Passamos um lugarejo. Há uma cancela, que está aberta. O Paco para o carro por instantes, olha em redor. Não percebemos a situação. Penso que seria ali o controle do pagamento da taxa para visitar o Parque Nacional, mas como não estava ninguém segiu-se sem mais delongas.

A esta hora estou arrasado. É o efeito da altitude no meu corpo. Os olhos estão raiados de sangue, os lábios gretados. A minha energia é muito limitada. A altitude média no salar é de 3.600 metros. Mas agora estamos mais altos.
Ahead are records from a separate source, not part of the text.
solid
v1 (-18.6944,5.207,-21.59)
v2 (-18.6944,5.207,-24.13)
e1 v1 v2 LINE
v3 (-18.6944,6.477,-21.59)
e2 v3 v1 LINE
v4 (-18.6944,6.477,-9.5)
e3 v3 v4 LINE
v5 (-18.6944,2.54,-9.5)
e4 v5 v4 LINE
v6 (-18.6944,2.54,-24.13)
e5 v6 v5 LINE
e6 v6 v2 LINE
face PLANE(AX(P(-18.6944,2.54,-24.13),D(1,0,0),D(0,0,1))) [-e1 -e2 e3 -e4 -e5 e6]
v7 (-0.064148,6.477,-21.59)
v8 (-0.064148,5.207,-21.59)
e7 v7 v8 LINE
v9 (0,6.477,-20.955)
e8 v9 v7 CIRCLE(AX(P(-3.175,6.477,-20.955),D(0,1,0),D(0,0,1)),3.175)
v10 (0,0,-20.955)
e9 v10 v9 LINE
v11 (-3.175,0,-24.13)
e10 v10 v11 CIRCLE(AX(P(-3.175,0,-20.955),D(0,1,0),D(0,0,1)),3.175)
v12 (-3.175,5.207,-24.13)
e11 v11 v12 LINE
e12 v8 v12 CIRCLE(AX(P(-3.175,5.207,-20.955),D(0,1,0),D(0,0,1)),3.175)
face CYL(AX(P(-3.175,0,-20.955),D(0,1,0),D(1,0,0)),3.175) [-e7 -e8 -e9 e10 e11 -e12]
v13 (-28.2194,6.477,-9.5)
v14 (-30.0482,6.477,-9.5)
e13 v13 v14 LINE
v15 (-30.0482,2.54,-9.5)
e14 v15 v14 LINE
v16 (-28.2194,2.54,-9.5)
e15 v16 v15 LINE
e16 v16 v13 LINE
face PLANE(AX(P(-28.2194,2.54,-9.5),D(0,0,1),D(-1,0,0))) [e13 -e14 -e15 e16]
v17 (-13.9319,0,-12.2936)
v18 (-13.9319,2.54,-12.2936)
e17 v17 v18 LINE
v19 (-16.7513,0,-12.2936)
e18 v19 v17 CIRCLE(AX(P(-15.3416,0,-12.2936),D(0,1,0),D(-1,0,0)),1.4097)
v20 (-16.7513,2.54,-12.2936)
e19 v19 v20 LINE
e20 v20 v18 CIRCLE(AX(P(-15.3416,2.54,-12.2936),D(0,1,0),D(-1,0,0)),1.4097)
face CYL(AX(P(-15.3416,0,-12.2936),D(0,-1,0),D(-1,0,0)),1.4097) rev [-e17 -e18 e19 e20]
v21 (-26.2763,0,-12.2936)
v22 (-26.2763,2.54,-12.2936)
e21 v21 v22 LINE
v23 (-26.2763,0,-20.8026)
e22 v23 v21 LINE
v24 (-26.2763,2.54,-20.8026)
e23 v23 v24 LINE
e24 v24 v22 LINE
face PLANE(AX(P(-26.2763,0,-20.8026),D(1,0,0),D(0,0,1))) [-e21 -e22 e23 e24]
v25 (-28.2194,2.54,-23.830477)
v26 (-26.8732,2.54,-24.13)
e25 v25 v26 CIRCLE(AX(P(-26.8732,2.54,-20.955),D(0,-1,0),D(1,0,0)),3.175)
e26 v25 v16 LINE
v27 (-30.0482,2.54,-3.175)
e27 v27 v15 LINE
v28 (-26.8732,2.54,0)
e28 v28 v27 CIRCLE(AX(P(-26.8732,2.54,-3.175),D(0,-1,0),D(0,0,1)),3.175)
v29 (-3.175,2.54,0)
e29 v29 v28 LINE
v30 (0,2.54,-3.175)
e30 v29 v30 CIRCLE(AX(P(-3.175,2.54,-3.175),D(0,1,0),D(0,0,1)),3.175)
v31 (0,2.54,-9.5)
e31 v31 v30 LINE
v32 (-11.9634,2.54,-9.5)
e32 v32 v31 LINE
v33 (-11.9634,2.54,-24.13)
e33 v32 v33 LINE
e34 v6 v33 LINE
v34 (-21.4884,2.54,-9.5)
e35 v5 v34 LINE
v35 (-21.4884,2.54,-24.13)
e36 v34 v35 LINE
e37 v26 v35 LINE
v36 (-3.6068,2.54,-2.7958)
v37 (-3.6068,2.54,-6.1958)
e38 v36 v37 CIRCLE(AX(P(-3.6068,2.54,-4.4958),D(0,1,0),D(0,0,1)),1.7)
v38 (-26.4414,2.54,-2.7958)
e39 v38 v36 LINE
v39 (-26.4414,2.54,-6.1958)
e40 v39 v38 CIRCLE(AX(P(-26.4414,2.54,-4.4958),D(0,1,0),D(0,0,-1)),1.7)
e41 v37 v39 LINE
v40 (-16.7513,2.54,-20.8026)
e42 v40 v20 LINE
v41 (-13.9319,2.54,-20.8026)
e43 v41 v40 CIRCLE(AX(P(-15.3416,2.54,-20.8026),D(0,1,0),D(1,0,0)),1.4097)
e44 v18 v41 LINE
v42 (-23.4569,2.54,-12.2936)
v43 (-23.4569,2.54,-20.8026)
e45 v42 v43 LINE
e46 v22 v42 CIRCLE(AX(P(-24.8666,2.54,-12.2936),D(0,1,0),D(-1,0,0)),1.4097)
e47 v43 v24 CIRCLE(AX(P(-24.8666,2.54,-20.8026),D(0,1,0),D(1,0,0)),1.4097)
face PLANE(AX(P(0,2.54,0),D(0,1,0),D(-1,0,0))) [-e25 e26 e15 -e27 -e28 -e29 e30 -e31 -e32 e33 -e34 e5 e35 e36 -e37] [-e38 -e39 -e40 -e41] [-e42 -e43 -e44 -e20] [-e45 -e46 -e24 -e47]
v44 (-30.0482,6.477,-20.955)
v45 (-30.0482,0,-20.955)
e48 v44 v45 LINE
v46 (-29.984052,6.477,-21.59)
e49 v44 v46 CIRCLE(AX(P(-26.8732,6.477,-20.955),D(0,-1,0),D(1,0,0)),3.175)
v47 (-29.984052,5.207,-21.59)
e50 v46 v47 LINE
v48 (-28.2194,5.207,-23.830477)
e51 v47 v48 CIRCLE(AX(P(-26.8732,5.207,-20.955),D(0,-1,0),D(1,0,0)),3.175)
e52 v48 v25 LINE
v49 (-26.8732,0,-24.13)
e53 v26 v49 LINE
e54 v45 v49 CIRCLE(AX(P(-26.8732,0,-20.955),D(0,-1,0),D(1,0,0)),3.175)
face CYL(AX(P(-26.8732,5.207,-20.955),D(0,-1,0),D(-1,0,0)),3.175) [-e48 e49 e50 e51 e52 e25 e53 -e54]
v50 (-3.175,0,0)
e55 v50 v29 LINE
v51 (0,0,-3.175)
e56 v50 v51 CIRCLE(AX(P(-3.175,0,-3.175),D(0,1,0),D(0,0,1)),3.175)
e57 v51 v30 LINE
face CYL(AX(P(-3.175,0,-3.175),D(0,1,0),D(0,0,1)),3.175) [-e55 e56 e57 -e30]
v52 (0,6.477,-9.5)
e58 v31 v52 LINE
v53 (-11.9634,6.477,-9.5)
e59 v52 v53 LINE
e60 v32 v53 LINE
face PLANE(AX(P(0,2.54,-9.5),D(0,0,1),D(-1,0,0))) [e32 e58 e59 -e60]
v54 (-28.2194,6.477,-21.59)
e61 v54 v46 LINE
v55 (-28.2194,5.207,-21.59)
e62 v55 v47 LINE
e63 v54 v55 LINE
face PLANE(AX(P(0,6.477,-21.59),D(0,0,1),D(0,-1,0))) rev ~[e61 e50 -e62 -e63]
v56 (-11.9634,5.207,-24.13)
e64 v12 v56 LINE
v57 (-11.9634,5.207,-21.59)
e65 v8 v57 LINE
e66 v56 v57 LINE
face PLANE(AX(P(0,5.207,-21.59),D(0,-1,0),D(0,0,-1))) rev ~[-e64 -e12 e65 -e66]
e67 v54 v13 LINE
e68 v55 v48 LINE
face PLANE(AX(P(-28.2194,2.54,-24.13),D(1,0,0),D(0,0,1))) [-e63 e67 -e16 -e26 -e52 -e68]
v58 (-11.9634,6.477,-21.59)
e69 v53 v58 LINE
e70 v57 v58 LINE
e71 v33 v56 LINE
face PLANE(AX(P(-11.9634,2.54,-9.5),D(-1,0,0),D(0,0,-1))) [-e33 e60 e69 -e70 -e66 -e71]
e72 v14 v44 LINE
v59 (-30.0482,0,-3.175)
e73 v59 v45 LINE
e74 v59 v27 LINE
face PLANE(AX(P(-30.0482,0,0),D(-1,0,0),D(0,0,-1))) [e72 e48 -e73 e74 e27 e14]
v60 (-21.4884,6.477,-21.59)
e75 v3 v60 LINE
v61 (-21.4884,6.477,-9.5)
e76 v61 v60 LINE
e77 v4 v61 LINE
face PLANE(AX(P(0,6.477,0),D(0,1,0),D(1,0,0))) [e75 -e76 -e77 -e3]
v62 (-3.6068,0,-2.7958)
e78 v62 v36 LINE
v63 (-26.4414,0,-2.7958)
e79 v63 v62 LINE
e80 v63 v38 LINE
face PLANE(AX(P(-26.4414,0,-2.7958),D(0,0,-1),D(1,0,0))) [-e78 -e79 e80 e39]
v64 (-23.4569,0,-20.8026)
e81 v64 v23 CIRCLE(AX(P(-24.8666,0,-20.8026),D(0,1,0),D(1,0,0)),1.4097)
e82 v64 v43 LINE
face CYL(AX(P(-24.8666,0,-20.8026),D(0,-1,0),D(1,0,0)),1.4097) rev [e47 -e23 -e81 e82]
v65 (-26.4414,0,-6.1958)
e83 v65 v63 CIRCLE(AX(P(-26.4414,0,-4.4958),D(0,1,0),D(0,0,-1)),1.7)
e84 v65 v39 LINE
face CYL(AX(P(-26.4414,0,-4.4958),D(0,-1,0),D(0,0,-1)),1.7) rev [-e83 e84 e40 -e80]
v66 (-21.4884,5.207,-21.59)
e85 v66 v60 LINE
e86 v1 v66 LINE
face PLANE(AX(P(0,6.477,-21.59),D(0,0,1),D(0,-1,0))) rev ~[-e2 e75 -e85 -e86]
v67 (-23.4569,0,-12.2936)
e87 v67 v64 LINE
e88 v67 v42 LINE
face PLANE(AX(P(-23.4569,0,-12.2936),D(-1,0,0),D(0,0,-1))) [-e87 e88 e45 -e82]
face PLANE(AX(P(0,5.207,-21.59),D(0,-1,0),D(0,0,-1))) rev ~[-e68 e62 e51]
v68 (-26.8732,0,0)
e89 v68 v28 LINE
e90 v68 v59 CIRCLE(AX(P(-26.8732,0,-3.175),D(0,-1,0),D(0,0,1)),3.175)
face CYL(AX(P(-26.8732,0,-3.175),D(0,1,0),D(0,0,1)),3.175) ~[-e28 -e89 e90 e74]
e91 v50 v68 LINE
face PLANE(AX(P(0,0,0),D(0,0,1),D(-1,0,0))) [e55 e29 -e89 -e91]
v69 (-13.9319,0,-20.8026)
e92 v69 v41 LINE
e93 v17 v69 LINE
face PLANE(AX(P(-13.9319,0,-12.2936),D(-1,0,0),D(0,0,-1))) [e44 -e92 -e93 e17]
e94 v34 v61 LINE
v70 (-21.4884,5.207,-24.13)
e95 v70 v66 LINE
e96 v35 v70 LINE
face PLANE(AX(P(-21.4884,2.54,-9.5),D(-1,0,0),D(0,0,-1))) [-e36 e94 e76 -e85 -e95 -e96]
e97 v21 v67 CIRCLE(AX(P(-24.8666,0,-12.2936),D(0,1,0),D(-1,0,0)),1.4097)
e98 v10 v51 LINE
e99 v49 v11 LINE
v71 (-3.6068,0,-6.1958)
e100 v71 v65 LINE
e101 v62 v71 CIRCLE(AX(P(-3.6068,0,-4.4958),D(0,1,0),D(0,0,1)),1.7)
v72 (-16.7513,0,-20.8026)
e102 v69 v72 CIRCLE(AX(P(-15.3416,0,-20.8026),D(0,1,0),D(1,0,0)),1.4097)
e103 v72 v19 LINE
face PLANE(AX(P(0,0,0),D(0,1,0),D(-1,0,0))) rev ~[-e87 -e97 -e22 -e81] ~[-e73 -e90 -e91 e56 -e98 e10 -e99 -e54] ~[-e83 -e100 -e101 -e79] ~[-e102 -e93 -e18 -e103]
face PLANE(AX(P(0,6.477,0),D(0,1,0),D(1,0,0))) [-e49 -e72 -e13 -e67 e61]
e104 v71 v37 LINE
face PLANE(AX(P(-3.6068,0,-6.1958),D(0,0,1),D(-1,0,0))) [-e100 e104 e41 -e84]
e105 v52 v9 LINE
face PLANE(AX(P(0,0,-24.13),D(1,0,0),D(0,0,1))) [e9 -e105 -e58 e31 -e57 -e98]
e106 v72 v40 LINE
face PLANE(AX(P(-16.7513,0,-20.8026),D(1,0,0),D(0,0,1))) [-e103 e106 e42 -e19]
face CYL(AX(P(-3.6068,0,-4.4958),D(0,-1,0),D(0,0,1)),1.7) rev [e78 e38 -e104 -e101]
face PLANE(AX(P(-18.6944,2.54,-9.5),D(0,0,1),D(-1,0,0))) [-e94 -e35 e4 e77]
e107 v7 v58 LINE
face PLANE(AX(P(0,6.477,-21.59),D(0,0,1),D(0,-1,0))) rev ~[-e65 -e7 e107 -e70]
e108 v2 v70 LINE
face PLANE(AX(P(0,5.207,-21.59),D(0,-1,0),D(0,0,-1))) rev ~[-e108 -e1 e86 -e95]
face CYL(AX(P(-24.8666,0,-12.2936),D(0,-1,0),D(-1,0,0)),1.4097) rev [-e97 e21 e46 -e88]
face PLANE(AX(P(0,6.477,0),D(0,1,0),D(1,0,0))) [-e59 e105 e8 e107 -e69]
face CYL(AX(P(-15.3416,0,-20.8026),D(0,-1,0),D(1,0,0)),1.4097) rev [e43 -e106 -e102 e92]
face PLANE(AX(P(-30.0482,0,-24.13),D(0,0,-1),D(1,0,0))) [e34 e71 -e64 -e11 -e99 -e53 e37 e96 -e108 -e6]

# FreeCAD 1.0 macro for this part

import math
import FreeCAD as App
import Part
import Sketcher
Q = App.Units.Quantity


def edges_at(feature, points):
    """Names of the edges that pass closest to the given points."""
    edges = feature.Shape.Edges
    near = lambda p: min(range(len(edges)), key=lambda i: edges[i].distToShape(Part.Vertex(*p))[0])
    return sorted({f"Edge{near(p) + 1}" for p in points})


def add_polygon(sketch, points):
    """Adds a closed chain of lines whose ends are joined by coincident constraints."""
    first, n = sketch.GeometryCount, len(points)
    for a, b in zip(points, points[1:] + points[:1]):
        sketch.addGeometry(Part.LineSegment(App.Vector(*a, 0), App.Vector(*b, 0)), False)
    for i in range(n):
        sketch.addConstraint(Sketcher.Constraint("Coincident", first + i, 2, first + (i + 1) % n, 1))

doc = App.newDocument("Part")
body = doc.addObject("PartDesign::Body", "Body")

# Sketch on XZ plane
sketch1 = body.newObject("Sketcher::SketchObject", "Sketch")
sketch1.AttachmentSupport = (doc.getObject("XZ_Plane"), [""])
sketch1.MapMode = "FlatFace"
add_polygon(sketch1, [(-30, 0), (0, 0), (0, -24.1), (-30, -24.1)])  # lines 0-3
sketch1.addGeometry(Part.LineSegment(App.Vector(-13.9, -20.8, 0), App.Vector(-13.9, -12.3, 0)), False)  # 4
sketch1.addGeometry(Part.ArcOfCircle(Part.Circle(App.Vector(-15.3, -12.3, 0), App.Vector(0, 0, 1), 1.4), math.radians(0), math.radians(180)), False)  # 5
sketch1.addGeometry(Part.LineSegment(App.Vector(-16.8, -12.3, 0), App.Vector(-16.8, -20.8, 0)), False)  # 6
sketch1.addGeometry(Part.ArcOfCircle(Part.Circle(App.Vector(-15.3, -20.8, 0), App.Vector(0, 0, 1), 1.4), math.radians(180), math.radians(360)), False)  # 7
sketch1.addGeometry(Part.LineSegment(App.Vector(-23.5, -20.8, 0), App.Vector(-23.5, -12.3, 0)), False)  # 8
sketch1.addGeometry(Part.ArcOfCircle(Part.Circle(App.Vector(-24.9, -12.3, 0), App.Vector(0, 0, 1), 1.4), math.radians(0), math.radians(180)), False)  # 9
sketch1.addGeometry(Part.LineSegment(App.Vector(-26.3, -12.3, 0), App.Vector(-26.3, -20.8, 0)), False)  # 10
sketch1.addGeometry(Part.ArcOfCircle(Part.Circle(App.Vector(-24.9, -20.8, 0), App.Vector(0, 0, 1), 1.4), math.radians(180), math.radians(360)), False)  # 11
sketch1.addGeometry(Part.LineSegment(App.Vector(-3.6, -2.8, 0), App.Vector(-26.4, -2.8, 0)), False)  # 12
sketch1.addGeometry(Part.ArcOfCircle(Part.Circle(App.Vector(-26.4, -4.5, 0), App.Vector(0, 0, 1), 1.7), math.radians(90), math.radians(270)), False)  # 13
sketch1.addGeometry(Part.LineSegment(App.Vector(-26.4, -6.2, 0), App.Vector(-3.6, -6.2, 0)), False)  # 14
sketch1.addGeometry(Part.ArcOfCircle(Part.Circle(App.Vector(-3.6, -4.5, 0), App.Vector(0, 0, 1), 1.7), math.radians(-90), math.radians(90)), False)  # 15
sketch1.addConstraint([
    Sketcher.Constraint("Tangent", 4, 2, 5, 1),
    Sketcher.Constraint("Tangent", 5, 2, 6, 1),
    Sketcher.Constraint("Tangent", 6, 2, 7, 1),
    Sketcher.Constraint("Tangent", 7, 2, 4, 1),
Vamos dormir acima dos 4.000 metros.

Fazemos dezenas de quilómetros sem qualquer luz, por caminhos incríveis, por vezes parecendo o leito de uma ribeira seca.

Por fim chegamos. Todos cansados. E tiro aqui o chapéu ao Paco, um homem de quase 70 anos com uma capacidade física que parece inesgotável.

No abrigo onde pernoitaremos há mais 2 ou 3 grupos de viajantes. É-nos servido um belo jantar. Infelizmente estamos cansados de mais para apreciar o ambiente e para sociabilizar. E mais um luxo: todos temos direito a quartos privados. Há duches quentes mas pagos à parte.

Durmo que nem uma pedra, claro. O silêncio é total e o cansaço ajuda.